Executive Summary
The report is commissioned to analyze the financial condition of JakelBerhard after the takeover by the new director, Mr. Michael. In order to achieve our objective, we unearthed the financial trends using the tool of ratio analysis using multiple ratio sections of Liquidity, Profitability and Efficiency. Our comprehensive analysis indicated that with the arrival of new director, the company’s position has rather deteriorated with decreased liquidity, declining profit margins and weak efficiency position.
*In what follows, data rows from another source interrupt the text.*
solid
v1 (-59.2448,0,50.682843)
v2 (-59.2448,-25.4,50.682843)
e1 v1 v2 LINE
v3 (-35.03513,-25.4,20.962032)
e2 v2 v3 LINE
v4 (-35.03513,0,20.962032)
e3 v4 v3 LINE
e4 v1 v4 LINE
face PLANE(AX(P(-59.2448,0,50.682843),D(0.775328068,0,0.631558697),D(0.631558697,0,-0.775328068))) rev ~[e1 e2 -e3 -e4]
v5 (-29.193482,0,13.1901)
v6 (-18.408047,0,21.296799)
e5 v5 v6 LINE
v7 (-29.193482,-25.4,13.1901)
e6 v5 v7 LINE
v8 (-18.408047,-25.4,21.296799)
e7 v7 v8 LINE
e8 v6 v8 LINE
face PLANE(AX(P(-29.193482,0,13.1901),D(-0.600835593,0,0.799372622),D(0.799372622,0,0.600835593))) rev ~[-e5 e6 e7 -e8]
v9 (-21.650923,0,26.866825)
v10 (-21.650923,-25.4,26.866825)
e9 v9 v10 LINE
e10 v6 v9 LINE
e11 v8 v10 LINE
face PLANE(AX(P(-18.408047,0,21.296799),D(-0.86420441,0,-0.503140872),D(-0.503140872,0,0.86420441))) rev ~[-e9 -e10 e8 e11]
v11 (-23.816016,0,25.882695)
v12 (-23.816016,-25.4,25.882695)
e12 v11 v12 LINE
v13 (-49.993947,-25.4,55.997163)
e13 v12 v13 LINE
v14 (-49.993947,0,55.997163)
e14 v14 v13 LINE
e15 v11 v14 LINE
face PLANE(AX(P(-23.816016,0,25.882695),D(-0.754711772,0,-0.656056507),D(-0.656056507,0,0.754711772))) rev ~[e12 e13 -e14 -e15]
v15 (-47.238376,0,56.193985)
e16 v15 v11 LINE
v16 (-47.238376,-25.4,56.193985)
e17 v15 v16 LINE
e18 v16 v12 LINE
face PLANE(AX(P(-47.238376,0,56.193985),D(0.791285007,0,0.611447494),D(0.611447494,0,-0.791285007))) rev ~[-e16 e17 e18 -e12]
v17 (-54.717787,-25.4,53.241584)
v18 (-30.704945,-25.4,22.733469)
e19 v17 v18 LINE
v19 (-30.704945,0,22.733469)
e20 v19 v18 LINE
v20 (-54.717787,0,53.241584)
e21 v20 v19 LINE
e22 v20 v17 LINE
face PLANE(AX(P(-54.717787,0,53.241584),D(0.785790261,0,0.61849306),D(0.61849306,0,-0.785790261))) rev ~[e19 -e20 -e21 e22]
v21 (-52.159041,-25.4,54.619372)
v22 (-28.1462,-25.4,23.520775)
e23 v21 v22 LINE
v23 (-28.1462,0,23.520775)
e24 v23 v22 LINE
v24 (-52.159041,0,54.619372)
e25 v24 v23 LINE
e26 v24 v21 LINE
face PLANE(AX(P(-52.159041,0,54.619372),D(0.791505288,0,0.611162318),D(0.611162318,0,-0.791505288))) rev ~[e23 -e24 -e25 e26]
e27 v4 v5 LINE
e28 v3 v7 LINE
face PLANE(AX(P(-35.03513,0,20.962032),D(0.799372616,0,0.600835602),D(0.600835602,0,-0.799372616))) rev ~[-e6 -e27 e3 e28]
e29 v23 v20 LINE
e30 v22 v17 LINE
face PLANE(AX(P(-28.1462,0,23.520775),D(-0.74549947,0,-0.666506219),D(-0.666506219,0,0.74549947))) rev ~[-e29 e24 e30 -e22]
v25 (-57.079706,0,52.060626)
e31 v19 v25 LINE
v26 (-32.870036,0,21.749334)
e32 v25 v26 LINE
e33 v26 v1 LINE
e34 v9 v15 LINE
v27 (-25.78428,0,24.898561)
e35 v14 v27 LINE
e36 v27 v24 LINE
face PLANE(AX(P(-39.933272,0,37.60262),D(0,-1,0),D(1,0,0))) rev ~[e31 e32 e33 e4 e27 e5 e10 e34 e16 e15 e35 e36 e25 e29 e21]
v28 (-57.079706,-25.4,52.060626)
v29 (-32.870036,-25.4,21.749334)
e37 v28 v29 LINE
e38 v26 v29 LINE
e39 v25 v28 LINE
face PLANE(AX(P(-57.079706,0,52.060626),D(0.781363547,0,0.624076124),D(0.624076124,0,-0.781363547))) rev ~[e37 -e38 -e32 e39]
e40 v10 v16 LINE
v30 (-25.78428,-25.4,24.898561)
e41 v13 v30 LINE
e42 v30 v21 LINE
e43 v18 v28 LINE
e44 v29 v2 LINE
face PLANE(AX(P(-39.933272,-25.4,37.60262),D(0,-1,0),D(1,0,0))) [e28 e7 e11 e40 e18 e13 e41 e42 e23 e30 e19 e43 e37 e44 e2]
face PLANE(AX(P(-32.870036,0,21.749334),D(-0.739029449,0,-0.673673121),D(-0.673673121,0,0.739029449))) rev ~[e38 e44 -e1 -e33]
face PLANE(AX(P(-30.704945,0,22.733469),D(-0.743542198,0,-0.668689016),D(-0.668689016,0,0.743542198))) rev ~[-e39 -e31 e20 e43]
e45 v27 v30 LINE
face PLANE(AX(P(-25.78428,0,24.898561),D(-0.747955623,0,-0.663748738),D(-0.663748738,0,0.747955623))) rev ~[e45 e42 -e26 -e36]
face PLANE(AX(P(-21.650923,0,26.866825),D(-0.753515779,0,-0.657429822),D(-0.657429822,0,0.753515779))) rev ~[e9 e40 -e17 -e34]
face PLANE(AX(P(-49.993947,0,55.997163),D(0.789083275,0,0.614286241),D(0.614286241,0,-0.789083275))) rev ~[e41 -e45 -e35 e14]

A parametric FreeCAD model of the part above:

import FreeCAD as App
import Part
import Sketcher
Q = App.Units.Quantity

doc = App.newDocument("Part")
body = doc.addObject("PartDesign::Body", "Body")

sketch1 = body.newObject("Sketcher::SketchObject", "Sketch")
sketch1.AttachmentSupport = (doc.getObject("XZ_Plane"), [""])
sketch1.MapMode = "FlatFace"
sketch1.addGeometry(Part.LineSegment(App.Vector(-59, 51, 0), App.Vector(-35, 21, 0)), False)
sketch1.addGeometry(Part.LineSegment(App.Vector(-35, 21, 0), App.Vector(-29, 13, 0)), False)
sketch1.addGeometry(Part.LineSegment(App.Vector(-29, 13, 0), App.Vector(-18, 21, 0)), False)
sketch1.addGeometry(Part.LineSegment(App.Vector(-18, 21, 0), App.Vector(-22, 27, 0)), False)
sketch1.addGeometry(Part.LineSegment(App.Vector(-22, 27, 0), App.Vector(-47, 56, 0)), False)
sketch1.addGeometry(Part.LineSegment(App.Vector(-47, 56, 0), App.Vector(-24, 26, 0)), False)
sketch1.addGeometry(Part.LineSegment(App.Vector(-24, 26, 0), App.Vector(-50, 56, 0)), False)
sketch1.addGeometry(Part.LineSegment(App.Vector(-50, 56, 0), App.Vector(-26, 25, 0)), False)
sketch1.addGeometry(Part.LineSegment(App.Vector(-26, 25, 0), App.Vector(-52, 55, 0)), False)
sketch1.addGeometry(Part.LineSegment(App.Vector(-52, 55, 0), App.Vector(-28, 24, 0)), False)
sketch1.addGeometry(Part.LineSegment(App.Vector(-28, 24, 0), App.Vector(-55, 53, 0)), False)
sketch1.addGeometry(Part.LineSegment(App.Vector(-55, 53, 0), App.Vector(-31, 23, 0)), False)
sketch1.addGeometry(Part.LineSegment(App.Vector(-31, 23, 0), App.Vector(-57, 52, 0)), False)
sketch1.addGeometry(Part.LineSegment(App.Vector(-57, 52, 0), App.Vector(-33, 22, 0)), False)
sketch1.addGeometry(Part.LineSegment(App.Vector(-33, 22, 0), App.Vector(-59, 51, 0)), False)
sketch1.addConstraint(Sketcher.Constraint("Coincident", 0, 2, 1, 1))
sketch1.addConstraint(Sketcher.Constraint("Coincident", 1, 2, 2, 1))
sketch1.addConstraint(Sketcher.Constraint("Coincident", 2, 2, 3, 1))
sketch1.addConstraint(Sketcher.Constraint("Coincident", 3, 2, 4, 1))
sketch1.addConstraint(Sketcher.Constraint("Coincident", 4, 2, 5, 1))
sketch1.addConstraint(Sketcher.Constraint("Coincident", 5, 2, 6, 1))
sketch1.addConstraint(Sketcher.Constraint("Coincident", 6, 2, 7, 1))
sketch1.addConstraint(Sketcher.Constraint("Coincident", 7, 2, 8, 1))
sketch1.addConstraint(Sketcher.Constraint("Coincident", 8, 2, 9, 1))
sketch1.addConstraint(Sketcher.Constraint("Coincident", 9, 2, 10, 1))
sketch1.addConstraint(Sketcher.Constraint("Coincident", 10, 2, 11, 1))
sketch1.addConstraint(Sketcher.Constraint("Coincident", 11, 2, 12, 1))
sketch1.addConstraint(Sketcher.Constraint("Coincident", 12, 2, 13, 1))
sketch1.addConstraint(Sketcher.Constraint("Coincident", 13, 2, 14, 1))
sketch1.addConstraint(Sketcher.Constraint("Coincident", 14, 2, 0, 1))
sketch1.addConstraint(Sketcher.Constraint("Perpendicular", 1, 2))
sketch1.addConstraint(Sketcher.Constraint("DistanceY", -1, 1, 1, 2, 13.1901))
sketch1.addConstraint(Sketcher.Constraint("DistanceY", -1, 1, 2, 2, 21.296799))
sketch1.addConstraint(Sketcher.Constraint("DistanceX", 9, 2, -1, 1, 28.1462))
sketch1.addConstraint(Sketcher.Constraint("DistanceX", 14, 2, -1, 1, 59.2448))
sketch1.addConstraint(Sketcher.Constraint("DistanceX", 6, 2, 2, 2, 31.5859))
sketch1.addConstraint(Sketcher.Constraint("DistanceY", 10, 2, 4, 2, 2.952401))
sketch1.addConstraint(Sketcher.Constraint("Distance", 1, 9.72254))
sketch1.addConstraint(Sketcher.Constraint("Distance", 12, 39.442492))
sketch1.addConstraint(Sketcher.Constraint("DistanceX", 0, 2, -1, 1, 35.03513))
sketch1.addConstraint(Sketcher.Constraint("DistanceX", 1, 2, -1, 1, 29.193482))
sketch1.addConstraint(Sketcher.Constraint("DistanceX", 7, 2, -1, 1, 25.78428))
sketch1.addConstraint(Sketcher.Constraint("DistanceY", -1, 1, 7, 2, 24.898561))
sketch1.addConstraint(Sketcher.Constraint("DistanceX", 8, 2, -1, 1, 52.159041))
sketch1.addConstraint(Sketcher.Constraint("DistanceY", -1, 1, 8, 2, 54.619372))
sketch1.addConstraint(Sketcher.Constraint("DistanceY", -1, 1, 11, 2, 22.733469))
sketch1.addConstraint(Sketcher.Constraint("DistanceX", 1, 2, 3, 2, 7.542559))
sketch1.addConstraint(Sketcher.Constraint("DistanceY", 3, 2, 4, 2, 29.32716))
sketch1.addConstraint(Sketcher.Constraint("DistanceX", 4, 2, 2, 2, 28.830329))
sketch1.addConstraint(Sketcher.Constraint("DistanceY", 5, 2, 3, 2, 0.98413))
sketch1.addConstraint(Sketcher.Constraint("DistanceX", 5, 2, 2, 2, 5.407969))
sketch1.addConstraint(Sketcher.Constraint("DistanceY", 6, 2, 4, 2, 0.196822))
sketch1.addConstraint(Sketcher.Constraint("DistanceY", 0, 2, 6, 2, 35.035131))
sketch1.addConstraint(Sketcher.Constraint("DistanceY", 9, 2, 5, 2, 2.36192))
sketch1.addConstraint(Sketcher.Constraint("DistanceX", 10, 2, 6, 2, 4.72384))
sketch1.addConstraint(Sketcher.Constraint("DistanceX", 11, 2, 5, 2, 6.888929))
sketch1.addConstraint(Sketcher.Constraint("DistanceX", 12, 2, 10, 2, 2.361919))
sketch1.addConstraint(Sketcher.Constraint("DistanceX", 13, 2, 11, 2, 2.165091))
sketch1.addConstraint(Sketcher.Constraint("DistanceY", 13, 2, 9, 2, 1.771441))
sketch1.addConstraint(Sketcher.Constraint("DistanceY", 14, 2, 10, 2, 2.558741))
pad1 = body.newObject("PartDesign::Pad", "Pad")
pad1.Profile = sketch1
pad1.Length = Q("1 in")

sketch2 = body.newObject("Sketcher::SketchObject", "Sketch001")
sketch2.AttachmentSupport = (doc.getObject("XZ_Plane"), [""])
sketch2.MapMode = "FlatFace"
sketch2.addGeometry(Part.LineSegment(App.Vector(-59, 51, 0), App.Vector(-35, 21, 0)), False)
sketch2.addGeometry(Part.LineSegment(App.Vector(-35, 21, 0), App.Vector(-29, 13, 0)), False)
sketch2.addGeometry(Part.LineSegment(App.Vector(-29, 13, 0), App.Vector(-18, 21, 0)), False)
sketch2.addGeometry(Part.LineSegment(App.Vector(-18, 21, 0), App.Vector(-22, 27, 0)), False)
sketch2.addGeometry(Part.LineSegment(App.Vector(-22, 27, 0), App.Vector(-47, 56, 0)), False)
sketch2.addGeometry(Part.LineSegment(App.Vector(-47, 56, 0), App.Vector(-24, 26, 0)), False)
sketch2.addGeometry(Part.LineSegment(App.Vector(-24, 26, 0), App.Vector(-50, 56, 0)), False)
sketch2.addGeometry(Part.LineSegment(App.Vector(-50, 56, 0), App.Vector(-26, 25, 0)), False)
sketch2.addGeometry(Part.LineSegment(App.Vector(-26, 25, 0), App.Vector(-52, 55, 0)), False)
sketch2.addGeometry(Part.LineSegment(App.Vector(-52, 55, 0), App.Vector(-28, 24, 0)), False)
sketch2.addGeometry(Part.LineSegment(App.Vector(-28, 24, 0), App.Vector(-55, 53, 0)), False)
sketch2.addGeometry(Part.LineSegment(App.Vector(-55, 53, 0), App.Vector(-31, 23, 0)), False)
sketch2.addGeometry(Part.LineSegment(App.Vector(-31, 23, 0), App.Vector(-57, 52, 0)), False)
sketch2.addGeometry(Part.LineSegment(App.Vector(-57, 52, 0), App.Vector(-33, 22, 0)), False)
sketch2.addGeometry(Part.LineSegment(App.Vector(-33, 22, 0), App.Vector(-59, 51, 0)), False)
sketch2.addConstraint(Sketcher.Constraint("Coincident", 0, 2, 1, 1))
sketch2.addConstraint(Sketcher.Constraint("Coincident", 1, 2, 2, 1))
sketch2.addConstraint(Sketcher.Constraint("Coincident", 2, 2, 3, 1))
sketch2.addConstraint(Sketcher.Constraint("Coincident", 3, 2, 4, 1))
sketch2.addConstraint(Sketcher.Constraint("Coincident", 4, 2, 5, 1))
sketch2.addConstraint(Sketcher.Constraint("Coincident", 5, 2, 6, 1))
sketch2.addConstraint(Sketcher.Constraint("Coincident", 6, 2, 7, 1))
sketch2.addConstraint(Sketcher.Constraint("Coincident", 7, 2, 8, 1))
sketch2.addConstraint(Sketcher.Constraint("Coincident", 8, 2, 9, 1))
sketch2.addConstraint(Sketcher.Constraint("Coincident", 9, 2, 10, 1))
sketch2.addConstraint(Sketcher.Constraint("Coincident", 10, 2, 11, 1))
sketch2.addConstraint(Sketcher.Constraint("Coincident", 11, 2, 12, 1))
sketch2.addConstraint(Sketcher.Constraint("Coincident", 12, 2, 13, 1))
sketch2.addConstraint(Sketcher.Constraint("Coincident", 13, 2, 14, 1))
sketch2.addConstraint(Sketcher.Constraint("Coincident", 14, 2, 0, 1))
sketch2.addConstraint(Sketcher.Constraint("Perpendicular", 1, 2))
sketch2.addConstraint(Sketcher.Constraint("DistanceY", -1, 1, 1, 2, 13.1901))
sketch2.addConstraint(Sketcher.Constraint("DistanceY", -1, 1, 2, 2, 21.296799))
sketch2.addConstraint(Sketcher.Constraint("DistanceX", 9, 2, -1, 1, 28.1462))
sketch2.addConstraint(Sketcher.Constraint("DistanceX", 14, 2, -1, 1, 59.2448))
sketch2.addConstraint(Sketcher.Constraint("DistanceX", 6, 2, 2, 2, 31.5859))
sketch2.addConstraint(Sketcher.Constraint("DistanceY", 10, 2, 4, 2, 2.952401))
sketch2.addConstraint(Sketcher.Constraint("Distance", 1, 9.72254))
sketch2.addConstraint(Sketcher.Constraint("Distance", 12, 39.442492))
sketch2.addConstraint(Sketcher.Constraint("DistanceX", 0, 2, -1, 1, 35.03513))
sketch2.addConstraint(Sketcher.Constraint("DistanceX", 1, 2, -1, 1, 29.193482))
sketch2.addConstraint(Sketcher.Constraint("DistanceX", 7, 2, -1, 1, 25.78428))
sketch2.addConstraint(Sketcher.Constraint("DistanceY", -1, 1, 7, 2, 24.898561))
sketch2.addConstraint(Sketcher.Constraint("DistanceX", 8, 2, -1, 1, 52.159041))
sketch2.addConstraint(Sketcher.Constraint("DistanceY", -1, 1, 8, 2, 54.619372))
sketch2.addConstraint(Sketcher.Constraint("DistanceY", -1, 1, 11, 2, 22.733469))
sketch2.addConstraint(Sketcher.Constraint("DistanceX", 1, 2, 3, 2, 7.542559))
sketch2.addConstraint(Sketcher.Constraint("DistanceY", 3, 2, 4, 2, 29.32716))
sketch2.addConstraint(Sketcher.Constraint("DistanceX", 4, 2, 2, 2, 28.830329))
sketch2.addConstraint(Sketcher.Constraint("DistanceY", 5, 2, 3, 2, 0.98413))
In addition to the ratio analysis section, we have also discussed the importance of accounting information for a company like JakelBerhard and have also assisted our colleagues in understand the difference between revenue expenditure and capital expenditure.
Ratio Analysis
In this section, we will be unearthing the financial trends of the company for the past two years, using various multiples of ratio analysis. The details and calculations are as follows:
Liquidity Ratios:
i)Current Ratio: Current Assets/ Current Liabilities
2013: 4926/1508= 3.26
2014: 7700/5174= 1.48
ii) Acid Ratio: (Cash+ Receivables)/Current Liabilities
2013: (0+2540)/1508= 1.68
2014: (0+4280)5174= 0.82
Referring to the above calculations, we can see that over the year, the liquidity position of the entity has been badly struck. Beginning with the current ratio, during 2013, the current ratio of the company was 3.26, which plummeted down to 1.42, amid 243% increase in the current liabilities while the current assets could only manage an increase of 56.31%. We even tested the liquidity position using the stringent measure of acid ratio. Here also we witnessed a depressing trend as the multiple fell from 1.68 to 0.82, thus confirming deteriorated liquidity position of the company in an year time.
Profitability Ratios:
i)Operating Margin: Operating profit/ Revenue
2013: 914/9482= 9.64%
2014: 1042/11365= 9.16%
ii)Net Income Margin: Net Income/ Revenue
2013: 534/9482= 5.63%
2014: 575/11365= 5.06%
iii) Return on Equity: Net Income/ Total Equity
2013: 534/9813= 5.44%
2014: 575/10268= 5.60%
As noted from the above calculations, we can witness that during the year, the profitability trend of the company was not very encouraging, rather it was on a depressing trend. As for the operating profit margin, the multiple soared down from 9.64% to 9.16%. The decline was sourced from higher proportion increase in the revenue figures as the company failed to reap higher proportionate increase in the operating income, an indirect indication for increase in operating expenses this year. Similar was the trend with the net income margin, which also tumbled from 5.63% to 5.06% during 2014.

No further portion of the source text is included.